А пока на товарняках, подножках или крышах пассажирских вагонов поезда «Красноярск-Лена» я продолжал еженедельные поездки из Тайшета домой. И какое пронзительно-ясное, лёгкое, захватывающее настроение случалось у меня, когда на крыше вагона пассажирского поезда тёплыми вечерами возвращался домой. С крыш задних вагонов, на которых всегда было людно перед выходным, виден весь состав, знакомые окрестности, паровоз, изгибающий нитку поезда на поворотах, и встречный, обдающий нас вовсе не горьким дымом с сажей. В такие минуты думалось и чувствовалось только одно – у меня впереди ещё всё будущее, неизведанное и манящее, счастливая, быть может, не очень спокойная жизнь, которая, как тогда казалось, только начинается. Конечно, я тогда ошибался, когда считал, что детство и отрочество – не в счёт, и жизнь начинает только показываться, как неожиданный просвет после долгого продирания из дремучего леса. Нет, жизнь не начиналась, а просто продолжалась.
В середине мая я получил в интернате телеграмму от Гоши: «Выезжаем 17-го Хабаровска поездом 3 вагон 7. Встречай». Сбегал на вокзал и посмотрел по расписанию время прибытия поезда «Хабаровск-Москва» и через три дня поджидал его на перроне вокзала. Гоша издали увидел меня и махал рукой из тамбура вагона, за ним стояли радостная Лена с ребятишками. Затащили меня в купейный вагон с чистенькими стёклами и беленькими занавесочками на окнах, зеркалами с трёх сторон в купе и немногочисленными пассажирами, стоящими у окон в проходе вагона. Я в таком вагоне оказался впервые и чувствовал себя несколько напряжённо, но улыбаюшиеся лица сестры и её семьи, их расспросы быстро сняли с меня эту неловкость и скованность, я уловил их радость и улыбался ответно. Быстро пролетели двадцать минут стоянки поезда и я, нагруженный Леной и Гошей, знающих о моей слабости к сладкому, свёртками с печеньем, конфетами и ещё чем-то, уже с перрона махал им свободной рукой ответно, когда в окошке тронувшегося поезда они прощально махали мне и говорили что-то, о чем можно было только догадываться.
На последнем нашем школьном уроке литературы Виктор Александрович, обобщая весь пройденный нами материал и давая свои напутствия при подготовке к выпускному экзамену, вдруг остановился у своего столика, оглядел нас внимательно, чуть улыбнулся и сказал мягко и взволнованно:
- Ребята, вот и вылетаете вы из своего родного гнезда-школы, и пути ваши ещё не всем до конца ведомы.
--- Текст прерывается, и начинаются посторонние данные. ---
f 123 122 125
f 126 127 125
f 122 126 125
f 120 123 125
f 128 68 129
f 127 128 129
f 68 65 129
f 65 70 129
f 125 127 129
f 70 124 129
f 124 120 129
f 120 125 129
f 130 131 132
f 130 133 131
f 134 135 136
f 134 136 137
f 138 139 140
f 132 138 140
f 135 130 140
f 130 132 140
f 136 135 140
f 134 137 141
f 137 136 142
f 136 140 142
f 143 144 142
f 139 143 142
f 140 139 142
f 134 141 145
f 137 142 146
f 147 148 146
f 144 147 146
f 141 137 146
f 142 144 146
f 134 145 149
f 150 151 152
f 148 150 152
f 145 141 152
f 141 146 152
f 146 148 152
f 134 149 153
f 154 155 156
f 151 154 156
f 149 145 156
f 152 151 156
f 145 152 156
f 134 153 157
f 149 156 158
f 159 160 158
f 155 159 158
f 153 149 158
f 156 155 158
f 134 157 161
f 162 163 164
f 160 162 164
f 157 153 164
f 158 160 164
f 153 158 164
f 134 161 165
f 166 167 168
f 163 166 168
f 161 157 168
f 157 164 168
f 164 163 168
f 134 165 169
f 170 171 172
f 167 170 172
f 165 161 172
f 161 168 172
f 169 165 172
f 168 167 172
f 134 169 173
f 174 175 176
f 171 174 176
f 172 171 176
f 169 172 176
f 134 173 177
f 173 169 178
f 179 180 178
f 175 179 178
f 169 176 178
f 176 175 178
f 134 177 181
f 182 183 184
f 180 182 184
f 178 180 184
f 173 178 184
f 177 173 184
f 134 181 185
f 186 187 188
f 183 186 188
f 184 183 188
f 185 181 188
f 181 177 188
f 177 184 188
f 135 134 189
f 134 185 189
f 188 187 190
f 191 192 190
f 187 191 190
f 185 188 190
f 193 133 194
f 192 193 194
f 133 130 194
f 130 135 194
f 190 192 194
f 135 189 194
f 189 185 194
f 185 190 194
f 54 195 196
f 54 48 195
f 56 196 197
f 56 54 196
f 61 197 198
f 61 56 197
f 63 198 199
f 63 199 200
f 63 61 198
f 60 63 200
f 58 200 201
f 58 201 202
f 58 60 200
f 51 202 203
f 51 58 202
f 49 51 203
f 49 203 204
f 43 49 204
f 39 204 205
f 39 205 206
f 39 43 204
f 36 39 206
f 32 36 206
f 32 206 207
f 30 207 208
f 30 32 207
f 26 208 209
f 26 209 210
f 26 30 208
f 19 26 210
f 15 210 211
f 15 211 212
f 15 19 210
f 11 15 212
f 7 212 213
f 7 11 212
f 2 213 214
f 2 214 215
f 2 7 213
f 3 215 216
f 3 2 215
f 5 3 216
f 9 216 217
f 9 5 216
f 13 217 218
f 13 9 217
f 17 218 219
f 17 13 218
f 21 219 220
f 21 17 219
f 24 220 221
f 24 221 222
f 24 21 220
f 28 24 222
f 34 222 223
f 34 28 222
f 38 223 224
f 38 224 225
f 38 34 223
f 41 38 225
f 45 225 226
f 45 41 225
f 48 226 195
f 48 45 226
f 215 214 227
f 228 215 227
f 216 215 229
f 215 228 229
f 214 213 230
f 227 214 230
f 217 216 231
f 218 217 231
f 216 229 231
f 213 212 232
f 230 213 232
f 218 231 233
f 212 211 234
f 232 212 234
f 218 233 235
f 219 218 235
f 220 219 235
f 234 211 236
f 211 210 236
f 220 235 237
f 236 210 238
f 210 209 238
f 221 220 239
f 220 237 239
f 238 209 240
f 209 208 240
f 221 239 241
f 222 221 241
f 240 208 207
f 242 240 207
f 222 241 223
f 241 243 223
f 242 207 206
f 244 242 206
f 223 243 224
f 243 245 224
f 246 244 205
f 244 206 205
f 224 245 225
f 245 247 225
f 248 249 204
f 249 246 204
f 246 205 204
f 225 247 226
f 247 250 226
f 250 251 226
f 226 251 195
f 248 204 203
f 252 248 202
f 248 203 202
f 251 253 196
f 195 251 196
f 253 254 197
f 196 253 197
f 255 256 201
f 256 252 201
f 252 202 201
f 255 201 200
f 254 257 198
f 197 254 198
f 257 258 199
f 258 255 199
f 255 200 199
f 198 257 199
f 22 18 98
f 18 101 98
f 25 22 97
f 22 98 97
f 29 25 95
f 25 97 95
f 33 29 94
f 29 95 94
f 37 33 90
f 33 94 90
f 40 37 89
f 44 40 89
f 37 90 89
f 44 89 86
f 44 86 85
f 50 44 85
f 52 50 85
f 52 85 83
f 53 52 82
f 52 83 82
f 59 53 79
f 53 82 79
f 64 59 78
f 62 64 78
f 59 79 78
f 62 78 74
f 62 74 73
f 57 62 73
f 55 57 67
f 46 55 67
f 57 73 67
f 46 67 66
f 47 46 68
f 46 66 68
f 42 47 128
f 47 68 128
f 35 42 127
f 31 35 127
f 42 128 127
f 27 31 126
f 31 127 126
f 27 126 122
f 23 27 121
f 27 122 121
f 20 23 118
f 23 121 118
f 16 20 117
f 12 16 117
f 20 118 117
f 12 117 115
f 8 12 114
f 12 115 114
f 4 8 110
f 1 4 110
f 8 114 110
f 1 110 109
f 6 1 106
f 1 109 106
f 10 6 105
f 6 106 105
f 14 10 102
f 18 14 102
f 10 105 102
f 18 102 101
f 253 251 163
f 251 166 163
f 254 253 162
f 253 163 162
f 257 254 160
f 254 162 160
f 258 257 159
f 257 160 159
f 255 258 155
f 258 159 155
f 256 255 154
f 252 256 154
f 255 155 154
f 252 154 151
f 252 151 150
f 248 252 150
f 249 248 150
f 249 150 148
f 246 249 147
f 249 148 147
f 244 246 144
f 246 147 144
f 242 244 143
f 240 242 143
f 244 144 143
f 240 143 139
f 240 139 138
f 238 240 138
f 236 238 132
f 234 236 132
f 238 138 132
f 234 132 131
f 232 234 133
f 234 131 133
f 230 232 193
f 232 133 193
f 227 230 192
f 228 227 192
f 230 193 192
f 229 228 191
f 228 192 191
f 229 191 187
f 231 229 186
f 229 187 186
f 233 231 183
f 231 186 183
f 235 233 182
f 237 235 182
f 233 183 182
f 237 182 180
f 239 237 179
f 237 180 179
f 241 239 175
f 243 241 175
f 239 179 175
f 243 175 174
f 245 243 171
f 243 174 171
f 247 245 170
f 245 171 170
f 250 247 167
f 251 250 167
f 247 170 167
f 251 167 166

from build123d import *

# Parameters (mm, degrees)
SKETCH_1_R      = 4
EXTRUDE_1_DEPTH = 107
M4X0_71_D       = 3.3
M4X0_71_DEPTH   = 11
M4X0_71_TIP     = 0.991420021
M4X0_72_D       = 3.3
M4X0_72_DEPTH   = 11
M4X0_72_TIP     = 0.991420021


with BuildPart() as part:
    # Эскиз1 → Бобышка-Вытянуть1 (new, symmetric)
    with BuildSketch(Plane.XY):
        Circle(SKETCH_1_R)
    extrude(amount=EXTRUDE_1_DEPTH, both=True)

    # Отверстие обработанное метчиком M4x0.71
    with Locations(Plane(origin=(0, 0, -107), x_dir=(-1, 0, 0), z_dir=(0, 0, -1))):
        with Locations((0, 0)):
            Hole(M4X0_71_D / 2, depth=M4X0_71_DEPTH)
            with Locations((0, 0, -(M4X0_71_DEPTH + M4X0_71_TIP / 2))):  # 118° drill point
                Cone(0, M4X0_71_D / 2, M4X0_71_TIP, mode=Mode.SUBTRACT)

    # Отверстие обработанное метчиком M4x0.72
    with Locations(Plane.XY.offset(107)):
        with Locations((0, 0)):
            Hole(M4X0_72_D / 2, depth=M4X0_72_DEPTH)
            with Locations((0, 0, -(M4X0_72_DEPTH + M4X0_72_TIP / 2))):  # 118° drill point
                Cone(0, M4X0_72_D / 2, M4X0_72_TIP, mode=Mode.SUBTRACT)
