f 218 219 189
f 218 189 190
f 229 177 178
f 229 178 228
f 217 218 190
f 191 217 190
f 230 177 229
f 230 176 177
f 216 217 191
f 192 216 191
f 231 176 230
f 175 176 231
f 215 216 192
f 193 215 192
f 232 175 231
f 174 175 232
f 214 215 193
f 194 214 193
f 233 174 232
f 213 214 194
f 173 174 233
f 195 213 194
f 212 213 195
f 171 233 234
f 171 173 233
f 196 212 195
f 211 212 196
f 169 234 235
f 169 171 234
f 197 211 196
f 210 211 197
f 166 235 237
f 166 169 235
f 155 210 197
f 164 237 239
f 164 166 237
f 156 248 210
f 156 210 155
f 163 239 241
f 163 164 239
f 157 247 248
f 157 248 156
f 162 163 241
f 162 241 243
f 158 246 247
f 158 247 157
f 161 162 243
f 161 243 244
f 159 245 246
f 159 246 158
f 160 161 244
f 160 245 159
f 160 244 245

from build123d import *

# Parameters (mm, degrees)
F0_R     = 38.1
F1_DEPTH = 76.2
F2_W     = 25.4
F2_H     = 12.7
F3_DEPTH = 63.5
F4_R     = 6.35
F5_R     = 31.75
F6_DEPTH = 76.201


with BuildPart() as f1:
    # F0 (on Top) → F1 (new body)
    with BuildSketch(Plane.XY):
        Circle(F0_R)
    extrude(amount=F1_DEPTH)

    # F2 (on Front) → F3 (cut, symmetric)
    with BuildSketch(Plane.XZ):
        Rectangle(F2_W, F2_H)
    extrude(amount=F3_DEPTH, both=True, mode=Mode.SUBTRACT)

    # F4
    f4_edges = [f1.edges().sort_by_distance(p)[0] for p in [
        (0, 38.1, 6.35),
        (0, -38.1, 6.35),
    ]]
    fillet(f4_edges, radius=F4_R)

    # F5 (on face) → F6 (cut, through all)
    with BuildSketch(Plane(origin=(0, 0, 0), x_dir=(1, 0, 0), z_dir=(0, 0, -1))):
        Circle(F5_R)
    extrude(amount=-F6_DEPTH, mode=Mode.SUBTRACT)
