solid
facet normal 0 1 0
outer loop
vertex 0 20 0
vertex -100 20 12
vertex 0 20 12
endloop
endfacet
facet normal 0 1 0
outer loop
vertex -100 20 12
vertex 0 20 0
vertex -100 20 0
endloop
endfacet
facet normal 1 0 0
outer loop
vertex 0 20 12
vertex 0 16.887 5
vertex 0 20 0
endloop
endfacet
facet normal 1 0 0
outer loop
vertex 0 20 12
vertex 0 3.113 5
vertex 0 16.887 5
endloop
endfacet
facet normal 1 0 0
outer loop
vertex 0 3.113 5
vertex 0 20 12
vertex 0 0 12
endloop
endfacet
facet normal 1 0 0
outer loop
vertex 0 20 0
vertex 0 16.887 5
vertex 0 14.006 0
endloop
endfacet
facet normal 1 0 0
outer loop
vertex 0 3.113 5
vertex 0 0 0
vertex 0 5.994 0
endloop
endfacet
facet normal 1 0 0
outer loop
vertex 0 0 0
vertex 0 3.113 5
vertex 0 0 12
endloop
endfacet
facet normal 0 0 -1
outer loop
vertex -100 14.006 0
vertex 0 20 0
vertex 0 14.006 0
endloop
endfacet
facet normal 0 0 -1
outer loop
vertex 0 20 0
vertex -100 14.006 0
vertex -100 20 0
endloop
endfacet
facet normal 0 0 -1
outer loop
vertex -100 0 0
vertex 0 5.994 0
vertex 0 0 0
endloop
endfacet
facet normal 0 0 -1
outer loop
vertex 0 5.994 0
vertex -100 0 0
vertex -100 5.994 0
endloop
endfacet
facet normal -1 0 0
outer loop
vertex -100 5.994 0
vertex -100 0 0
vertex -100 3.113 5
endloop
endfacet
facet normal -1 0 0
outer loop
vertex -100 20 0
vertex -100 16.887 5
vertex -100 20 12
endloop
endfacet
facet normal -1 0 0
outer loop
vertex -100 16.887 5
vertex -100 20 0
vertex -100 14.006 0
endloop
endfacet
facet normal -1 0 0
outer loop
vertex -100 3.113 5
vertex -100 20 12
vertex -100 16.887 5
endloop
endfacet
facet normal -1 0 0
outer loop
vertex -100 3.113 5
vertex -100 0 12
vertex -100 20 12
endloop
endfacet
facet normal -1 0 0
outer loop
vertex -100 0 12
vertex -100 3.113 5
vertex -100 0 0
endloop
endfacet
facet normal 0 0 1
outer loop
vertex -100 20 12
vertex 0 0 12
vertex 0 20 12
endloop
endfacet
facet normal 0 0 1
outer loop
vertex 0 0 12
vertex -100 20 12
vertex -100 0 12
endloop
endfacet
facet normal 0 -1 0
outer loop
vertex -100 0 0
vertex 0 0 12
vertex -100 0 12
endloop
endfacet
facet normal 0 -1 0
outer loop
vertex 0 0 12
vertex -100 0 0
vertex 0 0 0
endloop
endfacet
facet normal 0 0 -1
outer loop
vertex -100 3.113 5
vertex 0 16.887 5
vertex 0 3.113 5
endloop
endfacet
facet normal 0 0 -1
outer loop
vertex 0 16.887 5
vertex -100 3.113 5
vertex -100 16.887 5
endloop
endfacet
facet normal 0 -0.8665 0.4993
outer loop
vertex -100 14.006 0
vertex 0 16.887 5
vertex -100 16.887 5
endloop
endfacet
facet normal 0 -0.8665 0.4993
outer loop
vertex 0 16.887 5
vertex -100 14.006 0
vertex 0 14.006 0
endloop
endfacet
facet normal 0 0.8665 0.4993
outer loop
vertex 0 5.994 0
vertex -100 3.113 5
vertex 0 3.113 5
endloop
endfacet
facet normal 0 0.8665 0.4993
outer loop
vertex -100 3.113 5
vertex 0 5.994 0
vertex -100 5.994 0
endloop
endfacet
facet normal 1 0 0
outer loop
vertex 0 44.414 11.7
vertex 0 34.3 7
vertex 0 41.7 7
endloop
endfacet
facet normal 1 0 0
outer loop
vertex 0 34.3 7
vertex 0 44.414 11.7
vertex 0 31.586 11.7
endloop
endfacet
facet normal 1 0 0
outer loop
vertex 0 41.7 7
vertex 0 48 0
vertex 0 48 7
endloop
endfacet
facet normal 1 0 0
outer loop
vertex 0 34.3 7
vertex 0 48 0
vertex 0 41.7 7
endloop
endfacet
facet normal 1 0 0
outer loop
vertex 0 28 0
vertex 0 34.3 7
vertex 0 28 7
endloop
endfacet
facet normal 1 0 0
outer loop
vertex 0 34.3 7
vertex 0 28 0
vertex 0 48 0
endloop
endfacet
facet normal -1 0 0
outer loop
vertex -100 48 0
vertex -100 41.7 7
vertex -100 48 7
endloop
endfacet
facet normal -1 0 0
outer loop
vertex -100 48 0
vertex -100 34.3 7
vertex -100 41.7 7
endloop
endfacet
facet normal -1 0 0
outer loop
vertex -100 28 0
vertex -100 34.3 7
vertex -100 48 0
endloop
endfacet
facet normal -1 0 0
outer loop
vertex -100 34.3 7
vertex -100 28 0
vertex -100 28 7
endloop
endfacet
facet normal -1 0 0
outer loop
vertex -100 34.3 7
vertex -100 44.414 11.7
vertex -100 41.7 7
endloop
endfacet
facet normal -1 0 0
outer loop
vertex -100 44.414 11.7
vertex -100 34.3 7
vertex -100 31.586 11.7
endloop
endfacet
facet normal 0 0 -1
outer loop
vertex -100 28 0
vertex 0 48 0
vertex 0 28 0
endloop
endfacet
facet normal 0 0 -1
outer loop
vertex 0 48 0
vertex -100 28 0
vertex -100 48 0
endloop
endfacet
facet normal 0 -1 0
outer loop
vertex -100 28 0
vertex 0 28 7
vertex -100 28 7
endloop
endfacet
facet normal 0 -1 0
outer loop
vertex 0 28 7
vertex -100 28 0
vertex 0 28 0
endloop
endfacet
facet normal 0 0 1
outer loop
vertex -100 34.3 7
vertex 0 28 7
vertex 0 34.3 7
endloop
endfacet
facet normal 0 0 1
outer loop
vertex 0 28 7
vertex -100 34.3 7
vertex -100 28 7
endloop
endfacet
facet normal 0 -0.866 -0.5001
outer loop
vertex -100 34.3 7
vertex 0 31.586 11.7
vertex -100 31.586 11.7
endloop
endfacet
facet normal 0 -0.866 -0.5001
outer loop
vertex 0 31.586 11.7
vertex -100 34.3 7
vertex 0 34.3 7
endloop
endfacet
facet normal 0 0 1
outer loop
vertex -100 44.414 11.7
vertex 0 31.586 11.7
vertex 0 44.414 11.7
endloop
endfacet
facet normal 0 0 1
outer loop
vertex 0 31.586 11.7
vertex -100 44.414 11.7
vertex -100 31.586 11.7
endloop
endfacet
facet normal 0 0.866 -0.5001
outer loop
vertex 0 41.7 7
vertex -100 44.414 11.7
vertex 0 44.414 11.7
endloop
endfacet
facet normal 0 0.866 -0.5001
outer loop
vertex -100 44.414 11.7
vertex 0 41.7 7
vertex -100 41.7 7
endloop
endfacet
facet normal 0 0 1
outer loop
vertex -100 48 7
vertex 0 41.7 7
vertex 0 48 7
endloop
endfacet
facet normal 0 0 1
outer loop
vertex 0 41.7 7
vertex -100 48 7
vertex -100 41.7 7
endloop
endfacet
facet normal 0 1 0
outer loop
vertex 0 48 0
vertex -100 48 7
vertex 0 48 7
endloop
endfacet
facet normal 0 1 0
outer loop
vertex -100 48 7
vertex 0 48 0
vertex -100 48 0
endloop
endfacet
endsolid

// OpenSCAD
// =============================================================
// drawer_rail.scad
// Modular dovetail drawer slide — no rollers required.
//
// Two pieces per side of the drawer:
//   rail_channel()  — "female" piece, mounts to cabinet wall
//   rail_tongue()   — "male" piece, mounts to drawer side wall
//
// How it works
// ─────────────
//   The tongue slides inside the channel along the X axis (rail length).
//   The dovetail shape locks them together vertically — can't fall out.
//   Lubricate with candle wax, PTFE spray, or soap for smooth sliding.
//
// Modular
// ───────
//   Print as many segments as needed to reach full drawer depth.
//   Butt segments end-to-end; alignment pins (optional) or just glue
//   at the joint. The dovetail profile is continuous across joints.
//
// To stop drawer from pulling fully out: print a small end cap
// (a strip that screws across the channel opening at the front end).
//
// Parameters
//   rw      rail width  (Y, mm)                [20]
//   rh      rail height (Z, mm)                [12]
//   seg_len segment length (X, mm)             [100]
//   dt_h    dovetail slot depth (mm)           [5]
//   dt_b    dovetail opening width (mm)        [8]
//   dt_ang  dovetail angle from vertical (°)   [30]
//   tol     sliding clearance per face (mm)    [0.3]
//   mt_d    mounting screw diameter (mm)       [3]
//
// Print orientation
//   Both pieces: flat side down (mounting face on build plate). No supports.
//   PETG recommended — better wear resistance and slight flex.
// =============================================================

$fa = 2; $fs = 0.4;

rw      = 20;
rh      = 12;
seg_len = 100;
dt_h    = 5;
dt_b    = 8;
dt_ang  = 30;
tol     = 0.3;
mt_d    = 3;

dt_exp  = dt_h * tan(dt_ang);   // horizontal flare per side at full depth


// ── helper: extrude 2D child along X axis ──────────────────────────
// In the 2D polygon, first coord = Z (height), second coord = Y (width).
module _extrude_x(len) {
    rotate([0, -90, 0])
    linear_extrude(len)
    children();
}


// ── CHANNEL ────────────────────────────────────────────────────────
// Mounting face: Z = rh (the top face — screw through it into cabinet wall).
// Groove opens at Z = 0 (bottom face, facing the drawer).
//
//   Cross-section (YZ, front view):
//
//   Z=rh ┌────────────────────┐  ← mount to wall here
//        │                    │
//   Z=dh ├───╲            ╱───┤  ← widest point of groove
//        │    ╲          ╱    │
//   Z=0  ├─────┤          ├───┤  ← groove opening (faces drawer)
//        (y0)              (y0+dt_b)

module rail_channel(len = seg_len) {
    y0 = (rw - dt_b) / 2;

    difference() {
        // Outer block
        _extrude_x(len)
        square([rh, rw]);

        // Dovetail groove: extend -0.01 below Z=0 for clean face
        _extrude_x(len)
        polygon([
            [-0.01, y0],
            [-0.01, y0 + dt_b],
            [dt_h,  y0 + dt_b + dt_exp],
            [dt_h,  y0 - dt_exp]
        ]);

        // Mounting screw holes through top (Z=rh) face
        for (x = [len * 0.25, len * 0.75])
            translate([x, rw / 2, rh * 0.5 - 0.01])
                cylinder(d = mt_d + 0.2, h = rh * 0.6, $fn = 16);
    }
}


// ── TONGUE ─────────────────────────────────────────────────────────
// Mounting face: Z = 0 (the bottom flat face — screw through it into drawer wall).
// Dovetail tongue protrudes upward from Z = base_h, slides into channel groove.
//
//   Cross-section (YZ, front view):
//
//        /──────────────\    ← tongue (slightly smaller than groove, tol gap)
//       /                \
//   ───┘                  └──  ← shoulder at Z=base_h
//   ─────────────────────────  ← flat base, Z=0..base_h, mount here

module rail_tongue(len = seg_len) {
    b_t    = dt_b - 2 * tol;
    exp_t  = (dt_h - tol) * tan(dt_ang);
    y0_t   = (rw - b_t) / 2;
    base_h = rh - dt_h;

    difference() {
        _extrude_x(len)
        union() {
            // Flat mounting base
            square([base_h, rw]);
            // Dovetail tongue
            polygon([
                [base_h,             y0_t],
                [base_h,             y0_t + b_t],
                [base_h + dt_h - tol, y0_t + b_t + exp_t],
                [base_h + dt_h - tol, y0_t - exp_t]
            ]);
        }

        // Mounting screw holes through bottom (Z=0) face
        for (x = [len * 0.25, len * 0.75])
            translate([x, rw / 2, -0.01])
                cylinder(d = mt_d + 0.2, h = base_h + 0.02, $fn = 16);
    }
}


// ── DEMO ───────────────────────────────────────────────────────────
// Renders channel and tongue side by side, with tongue offset
// to show the cross-section profile clearly.

color("SteelBlue", 0.9)
rail_channel();

// Tongue: separated by 5mm gap for clarity
translate([0, rw + 8, 0])
color("Tomato", 0.9)
rail_tongue();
Я старался оставить в умах и душах ваших любовь к родному языку и русской литературе, в меру своих сил и знаний, и, дай Бог, - не напрасно. У каждого человека при его рождении есть своя звезда, которая будет сопутствовать ему всю жизнь, и которую, чаще всего, человек не знает и даже не задумывается об этом. Но она есть всё равно! Ведь, не зря же в народе говорят: «Он родился под счастливою звездою», или – «закатилась её звезда». Я, может быть, - он чуть иронично смотрит на класс, - сегодня чуть наивен, и вы это сами давно знаете и только по школьной привычке слушаете меня.
Класс немедленно зароптал по поводу его последней фразы.
- Не согласны? Тогда я продолжу. Вот послушайте, какие стихи об этом в середине прошлого века написал русский поэт Чуевский. Позже, уже в нашем веке, эти стихи были положены на музыку, и получился замечательный романс. Пусть же и над вами горят и не закатываются ваши звёздочки, о которых всё-таки всем надо помнить потому, что коль есть звезда – значит, ты кому-то очень нужен, - и стал декламировать нам:
«Гори, гори, моя звезда, Звезда надежды благодатная,
Звезда любви приветная. Звезда моих минувших дней,
Ты у меня одна заветная, Ты будешь вечно незакатная
Другой не будет никогда. В душе тоскующей моей.
Лучей твоих небесной силою
Вся жизнь моя озарена.
Умру ли я – ты над могилою
Гори, гори, моя звезда!
Гори, сияй, моя звезда!»
Ушёл учитель из класса, а мы все сидели молча под впечатлением его последнего урока, пока Ионыч не произнёс тихо, со вздохом, вроде, как сам себе:
- Звезда, конечно, звездой, а вот курить-то охота…
В этом же, 1958 году, на экране тайшетского кинотеатра показывался фильм «Добровольцы» о комсомольцах-метростроевцах середины 30-х годов, а затем участвующих в войнах в Испании и Великой Отечественной, и я предложил Валентину посмотреть его. Из афиши я узнал, что фильм снят по поэме Е.Долматовского, музыку же к нему написал Марк Фрадкин, поэтому очень хотел его увидеть, тем более, что в это время я был шибко богат – Гоша перед отъездом на курорт протянул мне двадцатипятирублёвую денежку со словами: «Это тебе на выпускной вечер».
- Давай пригласим девчонок и сходим, пока ещё есть свободное время, - говорил я ему. Он некоторое время раздумывал.
- Не получится с девчонками, пойдём вдвоём, - твёрдо заключил, и я понял, что сейчас его в этом решении переубеждать бессмысленно. «Ладно, с Дарьей схожу ещё раз, - решил я, - а сейчас отправимся вдвоём». Фильм произвёл на нас огромное впечатление, а песни, прозвучавшие в нём, навсегда уже остались с нами.
Вот так и живём – не ждём тишины,
Мы юности нашей, как прежде, верны.
А сердце, как прежде, горит от того,
Что дружба – превыше всего.
А годы летят, наши годы, как птицы летят.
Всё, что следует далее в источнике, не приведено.